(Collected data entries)
-- Opening Marker --

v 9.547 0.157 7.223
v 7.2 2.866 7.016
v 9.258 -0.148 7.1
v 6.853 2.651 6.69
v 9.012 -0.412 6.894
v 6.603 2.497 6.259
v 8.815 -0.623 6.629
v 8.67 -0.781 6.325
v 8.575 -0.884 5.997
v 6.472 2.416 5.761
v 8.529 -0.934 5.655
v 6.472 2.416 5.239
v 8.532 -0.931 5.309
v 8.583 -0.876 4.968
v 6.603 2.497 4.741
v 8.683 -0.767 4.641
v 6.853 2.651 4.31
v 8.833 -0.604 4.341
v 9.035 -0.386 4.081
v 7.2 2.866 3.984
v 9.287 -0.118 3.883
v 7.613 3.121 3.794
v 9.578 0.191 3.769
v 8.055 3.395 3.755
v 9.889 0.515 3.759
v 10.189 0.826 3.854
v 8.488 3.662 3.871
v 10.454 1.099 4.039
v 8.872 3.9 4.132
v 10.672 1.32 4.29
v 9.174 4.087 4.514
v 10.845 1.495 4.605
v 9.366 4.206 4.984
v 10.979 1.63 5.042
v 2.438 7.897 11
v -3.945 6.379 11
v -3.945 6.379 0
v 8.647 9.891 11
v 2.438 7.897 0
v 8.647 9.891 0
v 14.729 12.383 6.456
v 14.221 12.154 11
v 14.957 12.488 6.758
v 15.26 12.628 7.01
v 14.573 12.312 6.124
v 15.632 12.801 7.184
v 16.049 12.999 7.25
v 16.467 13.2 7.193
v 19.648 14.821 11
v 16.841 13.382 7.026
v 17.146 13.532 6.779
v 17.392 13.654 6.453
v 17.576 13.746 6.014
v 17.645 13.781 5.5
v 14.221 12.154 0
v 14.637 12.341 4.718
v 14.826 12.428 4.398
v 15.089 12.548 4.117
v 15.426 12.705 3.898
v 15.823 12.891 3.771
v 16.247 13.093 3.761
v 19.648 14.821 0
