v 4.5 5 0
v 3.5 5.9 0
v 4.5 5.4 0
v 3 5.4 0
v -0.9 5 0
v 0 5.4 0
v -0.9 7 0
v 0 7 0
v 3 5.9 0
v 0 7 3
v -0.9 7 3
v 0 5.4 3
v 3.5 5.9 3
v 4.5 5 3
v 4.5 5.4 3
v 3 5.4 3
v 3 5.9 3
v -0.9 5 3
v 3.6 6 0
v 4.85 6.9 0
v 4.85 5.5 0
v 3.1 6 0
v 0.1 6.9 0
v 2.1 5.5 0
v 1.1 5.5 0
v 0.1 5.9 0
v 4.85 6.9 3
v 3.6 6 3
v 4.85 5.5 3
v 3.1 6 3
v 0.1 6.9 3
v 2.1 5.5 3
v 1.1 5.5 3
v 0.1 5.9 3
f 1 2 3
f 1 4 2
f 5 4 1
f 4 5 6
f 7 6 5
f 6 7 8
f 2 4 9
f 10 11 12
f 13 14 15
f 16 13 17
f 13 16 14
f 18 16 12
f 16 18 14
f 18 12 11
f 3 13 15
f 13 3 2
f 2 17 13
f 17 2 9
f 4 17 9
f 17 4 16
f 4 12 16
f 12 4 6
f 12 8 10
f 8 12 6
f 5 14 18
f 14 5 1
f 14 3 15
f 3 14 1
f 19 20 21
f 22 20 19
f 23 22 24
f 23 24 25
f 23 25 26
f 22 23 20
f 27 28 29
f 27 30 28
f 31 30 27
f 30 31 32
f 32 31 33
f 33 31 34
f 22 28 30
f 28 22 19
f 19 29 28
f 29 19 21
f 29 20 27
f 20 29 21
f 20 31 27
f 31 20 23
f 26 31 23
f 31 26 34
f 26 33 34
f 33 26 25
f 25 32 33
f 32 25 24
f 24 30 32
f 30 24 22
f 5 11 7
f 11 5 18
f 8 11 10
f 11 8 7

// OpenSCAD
// file: hull.scad
/*
hull.scad - a library that leverages the hull() procedure
Author: Elliot Williams
github: https://gist.github.com/hexagon5un )
source: https://gist.github.com/hexagon5un/73e187dfa0404c69177795424f397ce6#file-hull-scad

Featured in the hackaday atricle: 'OPENSCAD: TIEING IT TOGETHER WITH HULL()'
https://hackaday.com/2018/02/13/openscad-tieing-it-together-with-hull/
*/
module multiHull(){
	for (i = [1 : $children-1])
		hull(){
			children(0);
			children(i);
		}
}

module sequentialHull(){
	for (i = [0: $children-2])
		hull(){
			children(i);
			children(i+1);
		}
}

/* Extended fun hull functions */ 

module cylinders(points, diameter, thickness){
	for (p=points){
		translate(p) cylinder(d=diameter, h=thickness, center=true);
	}
}

module plate(points, diameter, thickness, hole_diameter){
	difference(){
		hull() cylinders(points, diameter, thickness);
		cylinders(points, hole_diameter, 1000);
	}
}

module bar(length, width, thickness, hole_diameter){
	plate([[0,0,0], [length,0,0]], width, thickness, hole_diameter);
}

module rounded_box(points, radius, height, facets=30){
	hull(){
		for (p = points){
			translate(p)
				cylinder(r=radius, h=height, $fn=facets);
		}
	}
}

module point_cloud(points, radius=1, facets=8){
	for (p=points){
		translate(p)
			sphere(radius/cos(180/facets), $fn=facets);
		// polygon sphere circumscribed on radius
	}
}

module point_hull(points, radius=1, facets=8){
	hull(){
		point_cloud(points, radius, facets);
	}
}

// Shrink the exterior of the points so that the hull fits inside
function select(vector, i) = [ for (p=vector) p[i] ];
function axis_center(v, i) = (max(select(v, i)) - min(select(v,i)))/2;
function center(v) = [ for (i = [0,1,2]) axis_center(v, i) ];
function shrink_point(point, center, radius) = [ for (i = [0,1,2]) point[i] > center[i] ? point[i] - radius : point[i] + radius ]; 
function shrink(points, radius) = [ for (p = points) shrink_point(p, center(points), radius) ];

module interior_point_hull(points, radius=1){
	point_hull(shrink(points, radius), radius);
}

module interior_rounded_box(points, radius, height){
	rounded_box(shrink(points, radius), radius, height);
}


module mirror_copy(v = [1, 0, 0]) {
    children();
    mirror(v) children();
}
// file: basics.scad
///< Basics module
use <math.scad>;
use <utils.scad>;
use <hull.scad>;

module triangle( w, d, h ){
     difference(){
	  hyp = hyp_from_sides( d, h );
	  color( "red" )cube( [w, d, h] );
	  rotate( [ 45, 0, 0 ] )
	       translate( [ -0.01, 0, 0 ] )
	       color( "green" )cube( [w+0.2, hyp, h] );
     }
}

module tri_xy(pt1, pt2, pt3, h=1) {
     color( rands( 0,1,3 ) ) linear_extrude( height=h )
	  polygon( points=[ pt1, pt2, pt3 ] );
}

module triangle_xy( pts, h=1) {
     color( rands( 0,1,3 ) ) linear_extrude( height=h )
	  polygon( points = pts );
}

module oval(w,l, height, center = false, fn = 30) {
 scale([1, l/w, 1]) cylinder(h=height, r=w, center=center, $fn = fn);
}

module pipe( outer, inner, height, fn = 60 ){
     offset_percent = 0.25;
     inner_h = height + (offset_percent * 2 );
     difference(){
     ///< Debug with union(){
	  cylinder(r=outer, h = height, $fn = fn );
	  translate([0,0,-offset_percent]){
	       color("green",0.5)cylinder(r=inner, h = inner_h, $fn = fn );
	  }
     }
}

module rounded_pipe( r, h, fn = 60 ){
     cylinder(r = r, h = h, $fn = fn );

     color("blue")
     translate([0,0,h])
	  sphere(r, $fn = fn );

     color("red")
     translate([0,0,0])
	  sphere(r, $fn = fn );
}

/// Stackoverflow example module for a line
/// https://stackoverflow.com/questions/49533350/is-that-possible-to-draw-a-line-using-openscad-by-joining-different-points
module line(start, end, thickness = 1, fn = 30) {
    hull() {
	translate(start) sphere(thickness, $fn = fn);
	translate(end) sphere(thickness, $fn = fn);
    }
}


/*
Hulled box:

Parameterized box with rounded corners. This uses the hull.scad
to hull four cylinders around four point in space. This variation
offsets the box to zero/zero and takes in w,d,h to mesh better
with tuples.
*/
module hulled_cube( w, d, h, r = 1 ){
    points = [
	[ 0, 0, 0 ],
	[ w, 0, 0 ],
	[ 0, w, 0 ],
	[ w, w, 0 ],
	];
    resize( [w,d,h]){
	translate( [r, r,0] ){
	    rounded_box( points, radius = r, height=h );
	}
    }
}
// file: utils.scad
///< Utilities

function rand_clr() = rands( 0,1,3 );

///< Length conversions
function in2mm( i ) = ( i * 25.4 ); 
function mm2in( m ) = ( m / 25.4 );

/// This is pulled from stackoverflow
/// https://stackoverflow.com/questions/45826208/openscad-rotating-around-a-particular-point

// rotate as per a, v, but around point pt
module rotate_about_pt(a, v, pt) {
    translate(pt)
        rotate(a,v)
            translate(-pt)
                children();   
}
// file: math.scad
///< Math scad module


///< Find the hypotenuse from two sides of a right triangle
function hyp_from_sides( a, b ) = sqrt( pow( a, 2 ) + pow( b, 2 ) );

///< Find equal sides from hypotenuse of a right triangle
function sides_from_hyp(h) = sqrt( pow( h, 2 ) / 2 );

///< Find A from hypotenuse and B
function a_from_hb( h, b ) = sqrt( pow( h, 2 ) - pow( b, 2 ) );

function dist_2d( pt2, pt1 ) = sqrt(pow(( pt2[0]-pt1[0] ),2) + pow(( pt2[1]-pt1[1]),2) );

function mid_pt_2d( pt2, pt1 ) = [( pt1[0]+pt2[0] )/2, ( pt1[1]+pt2[1] )/2, 0 ];
///< Test for math functions

A = 3;
B = 4;
echo("Given A=", A, "and B=", B );
H = hyp_from_sides( A, B );
echo("Hypotenuse=", H );
echo("Calc Correct = ", (H == 5) );

echo("Given H=", H, " which is a hypotenuse with equal sides" );
echo( "the sides=", sides_from_hyp( H ) );

echo("Given H=", H, "B=", 4 );
echo("A=", a_from_hb( H, 4 ) );

echo("Distance from [-1,1] and [3,4] = ", dist_2d( [-1,1],[3,4]) );
// main file
///< Object definition
use <../lib/math.scad>;
use <../lib/utils.scad>;
use <../lib/basics.scad>;

/*
http://fab.cba.mit.edu/classes/S62.12/people/vernelle.noel/Plastic_Snap_fit_design.pdf

Parameters
y= (permissible) deflection (=undercut)
l= length of arm
h= thickness at root
b= width at root
c= distance between outer fiber and neutral fiber (center of gravity)
P= (permissible) deflection force
a= hypot of deflection
*/

thickness = 6.5;

module cantilever( y, h, b, p, a, l = 1, origin = 0, hide = false ){
       points = [
       [ origin,             origin],
       [ origin,             h     ],
       [ origin + b,         h     ],
       [ origin + b,         h + y ],
       [ origin + b + p,     h + y ],
       [ origin + b + p + a, h     ],
       [ origin + b + p + a, origin],
       ];
     if( !hide ){
     linear_extrude( height = l ){ polygon( points ); }
     }
}

module substrate( y, h, b, p, a, l = 1, origin = [0,0], hide = false, sep = 0.25, suby = 1, subx = 0 ){

     points = [
       [ origin[0],                       h + y ],           //< A
       [ origin[0],                       h + y + suby ],    //< B
       [ origin[0] + b + p + a + subx,    h + y + suby ],    //< C
       [ origin[0] + b + p + a + subx,    origin[1] + sep ], //< D
       [ origin[0] + b + p + a + subx,    origin[1] + sep ], //< E
       [ origin[0] + b + p + a + subx,    h + sep ],         //< F
       [ origin[0] + b + p,               h + sep + y ],     //< G
       [ origin[0] + b,                   h + sep + y ],     //< H
       [ origin[0] + b - a,               h + sep ],         //< I
       [ origin[0] + a,                   h + sep ],         //< J
       ];
     if( !hide ){
     linear_extrude( height = l ){ polygon( points ); }
     }
}

module snap_fit_sub( y, h, b, p, a, l = 1, origin = 0, hide = false, sep = 0, suby = 0, subx = 0, hide_sub = false, hide_lever = false ){

     color( "violet")cantilever( y = y, h = h, b = b, p = p, a = a, l = l, hide = hide_lever );
     color( "pink" )substrate(   y = y, h = h, b = b, p = p, a = a, l = l, sep = sep, suby = suby, subx = subx, hide = hide_sub, origin = [ sep, 0 ] );
}


module snap_fit_anchor( y, h, b, p, a, l = 1, origin = [0,0], hide = false, sep = 0, suby = 0, subx = 0, hide_sub = false, hide_lever = false ){

  color( "violet")cantilever( y = y, h = h, b = b, p = p, a = a, l = l, hide = hide_lever );
  color( "pink" )substrate(   y = y, h = h, b = b, p = p, a = a, l = l, sep = sep, suby = suby, subx = subx, hide = hide_sub, origin = [ sep, 0 ] );
 
  a_points = [
	      
	      
  ];
  cube_w = h+y;
  cube_h = h+y+sep+suby;
  translate( [-(h+y),0,0] )cube( [ cube_w, cube_h, l ] );

}



//snap_fit_sub( y = 1, h = 1-0.1, b = 6, p = 2, a = 2, sep = 0.1, suby = 0.1, subx = 0 );

//translate( [ 0, 3, 0 ] )snap_fit_sub( y = 0.5, h = 0.5-0.1, b = 3, p = 0.5, a = 1, l = 3, sep = 0.1, suby = 1, subx = 0.25 );


translate( [ 0, 5, 0 ] )snap_fit_anchor( y = 0.5, h = 0.5-0.1, b = 3, p = 0.5, a = 1, l = 3, sep = 0.1, suby = 1, subx = 0.25 );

-- Closing Marker --

- _Exercise objective_:
What are the lines, exactly as written above, from the line with "v 9.287 -0.118 3.883" to the line with "v -3.945 6.379 0", both included? Output only those.

- _Solution to the exercise_:
v 9.287 -0.118 3.883
v 7.613 3.121 3.794
v 9.578 0.191 3.769
v 8.055 3.395 3.755
v 9.889 0.515 3.759
v 10.189 0.826 3.854
v 8.488 3.662 3.871
v 10.454 1.099 4.039
v 8.872 3.9 4.132
v 10.672 1.32 4.29
v 9.174 4.087 4.514
v 10.845 1.495 4.605
v 9.366 4.206 4.984
v 10.979 1.63 5.042
v 2.438 7.897 11
v -3.945 6.379 11
v -3.945 6.379 0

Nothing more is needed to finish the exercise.